# Verb conjugations with no subject



## Stardust2411

Hello,

This is my first post here mainly because I am finding conflicting information about this

In constructions such as..
"It is important that you know two languages"

How would you conjugate the verb "know" in romanian? I know it is in the subjunctive but for what person should I conjugate it? In French it's third person singular because there's the neutral pronoun "on" but romanian lacks this. I've read that it's both the second person singular and third person singular from different sources so the whole thing is confusing me.

If anyone could clarify what person to conjugate the subjunctive verb in, in constructions like "este necesar să
..." I would be really grateful


----------



## jazyk

I'd use the infinitive in your sentence: Este important a ști două limbi.


----------



## irinet

We use "să știi/să cunoști" două limbi. The Romanian 'conjunctiv' mood, for the Subjunctive mood from your example.


----------



## danielstan

jazyk said:


> I'd use the infinitive in your sentence: Este important a ști două limbi.

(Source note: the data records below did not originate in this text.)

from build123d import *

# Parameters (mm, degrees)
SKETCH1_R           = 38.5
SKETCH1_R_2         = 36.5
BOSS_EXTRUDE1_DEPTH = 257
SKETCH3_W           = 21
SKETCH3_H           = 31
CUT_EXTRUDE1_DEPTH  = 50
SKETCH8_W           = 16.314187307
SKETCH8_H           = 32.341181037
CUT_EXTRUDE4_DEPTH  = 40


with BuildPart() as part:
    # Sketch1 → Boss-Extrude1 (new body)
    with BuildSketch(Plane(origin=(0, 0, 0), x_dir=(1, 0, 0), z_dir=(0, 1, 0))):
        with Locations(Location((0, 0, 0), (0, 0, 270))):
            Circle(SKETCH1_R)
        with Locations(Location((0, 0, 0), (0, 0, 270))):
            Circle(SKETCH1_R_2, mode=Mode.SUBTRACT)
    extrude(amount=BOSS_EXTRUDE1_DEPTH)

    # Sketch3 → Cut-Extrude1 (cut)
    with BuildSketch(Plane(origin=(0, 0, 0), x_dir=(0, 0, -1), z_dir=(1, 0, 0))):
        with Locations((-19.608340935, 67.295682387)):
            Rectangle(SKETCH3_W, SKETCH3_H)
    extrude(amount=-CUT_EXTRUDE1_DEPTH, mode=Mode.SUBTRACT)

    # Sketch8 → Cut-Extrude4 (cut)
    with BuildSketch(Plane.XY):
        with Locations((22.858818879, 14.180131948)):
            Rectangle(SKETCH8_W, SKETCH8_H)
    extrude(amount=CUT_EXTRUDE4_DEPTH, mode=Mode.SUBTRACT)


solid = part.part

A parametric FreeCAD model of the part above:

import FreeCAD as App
import Part
import Sketcher
Q = App.Units.Quantity

doc = App.newDocument("Part")
body = doc.addObject("PartDesign::Body", "Body")

sketch1 = body.newObject("Sketcher::SketchObject", "Sketch")
sketch1.AttachmentSupport = (doc.getObject("XZ_Plane"), [""])
sketch1.MapMode = "FlatFace"
sketch1.addGeometry(Part.Circle(App.Vector(0, 0, 0), App.Vector(0, 0, 1), 38), False)
sketch1.addGeometry(Part.Circle(App.Vector(0, 0, 0), App.Vector(0, 0, 1), 36), False)
sketch1.addConstraint(Sketcher.Constraint("Coincident", 0, 3, -1, 1))
sketch1.addConstraint(Sketcher.Constraint("Coincident", 1, 3, -1, 1))
sketch1.addConstraint(Sketcher.Constraint("Diameter", 0, Q("77 mm")))
sketch1.addConstraint(Sketcher.Constraint("Diameter", 1, Q("73 mm")))
pad1 = body.newObject("PartDesign::Pad", "Pad")
pad1.Profile = sketch1
pad1.Length = 257
pad1.Reversed = True

sketch2 = body.newObject("Sketcher::SketchObject", "Sketch001")
sketch2.AttachmentSupport = (doc.getObject("YZ_Plane"), [""])
sketch2.MapMode = "FlatFace"
sketch2.addGeometry(Part.LineSegment(App.Vector(83, 30, 0), App.Vector(52, 30, 0)), False)
sketch2.addGeometry(Part.LineSegment(App.Vector(52, 30, 0), App.Vector(52, 9, 0)), False)
sketch2.addGeometry(Part.LineSegment(App.Vector(52, 9, 0), App.Vector(83, 9, 0)), False)
sketch2.addGeometry(Part.LineSegment(App.Vector(83, 9, 0), App.Vector(83, 30, 0)), False)
sketch2.addConstraint(Sketcher.Constraint("Coincident", 0, 2, 1, 1))
sketch2.addConstraint(Sketcher.Constraint("Coincident", 1, 2, 2, 1))
sketch2.addConstraint(Sketcher.Constraint("Coincident", 2, 2, 3, 1))
sketch2.addConstraint(Sketcher.Constraint("Coincident", 3, 2, 0, 1))
sketch2.addConstraint(Sketcher.Constraint("Horizontal", 0))
sketch2.addConstraint(Sketcher.Constraint("Vertical", 1))
sketch2.addConstraint(Sketcher.Constraint("Horizontal", 2))
sketch2.addConstraint(Sketcher.Constraint("Vertical", 3))
sketch2.addConstraint(Sketcher.Constraint("DistanceX", 0, 2, 0, 1, Q("31 mm")))
sketch2.addConstraint(Sketcher.Constraint("DistanceY", 1, 2, 1, 1, Q("21 mm")))
sketch2.addConstraint(Sketcher.Constraint("DistanceY", -1, 1, 0, 2, Q("30.108341 mm")))
sketch2.addConstraint(Sketcher.Constraint("DistanceX", -1, 1, 0, 2, Q("51.795682 mm")))
pocket1 = body.newObject("PartDesign::Pocket", "Pocket")
pocket1.Profile = sketch2
pocket1.Length = 50

sketch3 = body.newObject("Sketcher::SketchObject", "Sketch002")
sketch3.AttachmentSupport = (doc.getObject("XY_Plane"), [""])
sketch3.MapMode = "FlatFace"
sketch3.addGeometry(Part.LineSegment(App.Vector(15, 30, 0), App.Vector(15, -2, 0)), False)
sketch3.addGeometry(Part.LineSegment(App.Vector(15, -2, 0), App.Vector(31, -2, 0)), False)
sketch3.addGeometry(Part.LineSegment(App.Vector(31, -2, 0), App.Vector(31, 30, 0)), False)
sketch3.addGeometry(Part.LineSegment(App.Vector(31, 30, 0), App.Vector(15, 30, 0)), False)
sketch3.addConstraint(Sketcher.Constraint("Coincident", 0, 2, 1, 1))
sketch3.addConstraint(Sketcher.Constraint("Coincident", 1, 2, 2, 1))
sketch3.addConstraint(Sketcher.Constraint("Coincident", 2, 2, 3, 1))
sketch3.addConstraint(Sketcher.Constraint("Coincident", 3, 2, 0, 1))
sketch3.addConstraint(Sketcher.Constraint("Vertical", 0))
sketch3.addConstraint(Sketcher.Constraint("Horizontal", 1))
sketch3.addConstraint(Sketcher.Constraint("Vertical", 2))
sketch3.addConstraint(Sketcher.Constraint("Horizontal", 3))
sketch3.addConstraint(Sketcher.Constraint("DistanceY", 0, 2, 0, 1, Q("32.341181 mm")))
sketch3.addConstraint(Sketcher.Constraint("DistanceX", 1, 1, 1, 2, Q("16.314187 mm")))
sketch3.addConstraint(Sketcher.Constraint("DistanceY", 0, 2, -1, 1, Q("1.990459 mm")))
sketch3.addConstraint(Sketcher.Constraint("DistanceX", -1, 1, 0, 2, Q("14.701725 mm")))
pocket2 = body.newObject("PartDesign::Pocket", "Pocket001")
pocket2.Profile = sketch3
pocket2.Length = 40
pocket2.Reversed = True

doc.recompute()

Romanian has a trend to replace the infinitive by the conjunctive and this is a feature of the Balkan sprachbund - Wikipedia
shared by many languages in the Balkans.

So, although in some Romanian regions the infinitive is still used, generally the Romanian conjunctive (which corresponds more or less to the Latin subjunctive) is preferred.

Your sentence, although grammatically correct, would sound peculiar to the ears of a native Romanian.

Also Romanian has a tendency to not use the subject in the sentence (because the Romanian conjugation system has different verb terminations for almost all conjugations).
If we would force ourselves to use the subject, the sentence would be:

"Este important ca *tu* să știi două limbi."

I don't know the explanation for the usage of the preposition "ca", but a sentence like:
"Este important *tu* să știi două limbi."
would be incorrect.

So, the most usual way to translate this sentence is:

"Este important să știi două limbi."


----------



## jazyk

Mulțumesc pentru informații, dar sunt familiarizat cu caracteristicile limbii române.


----------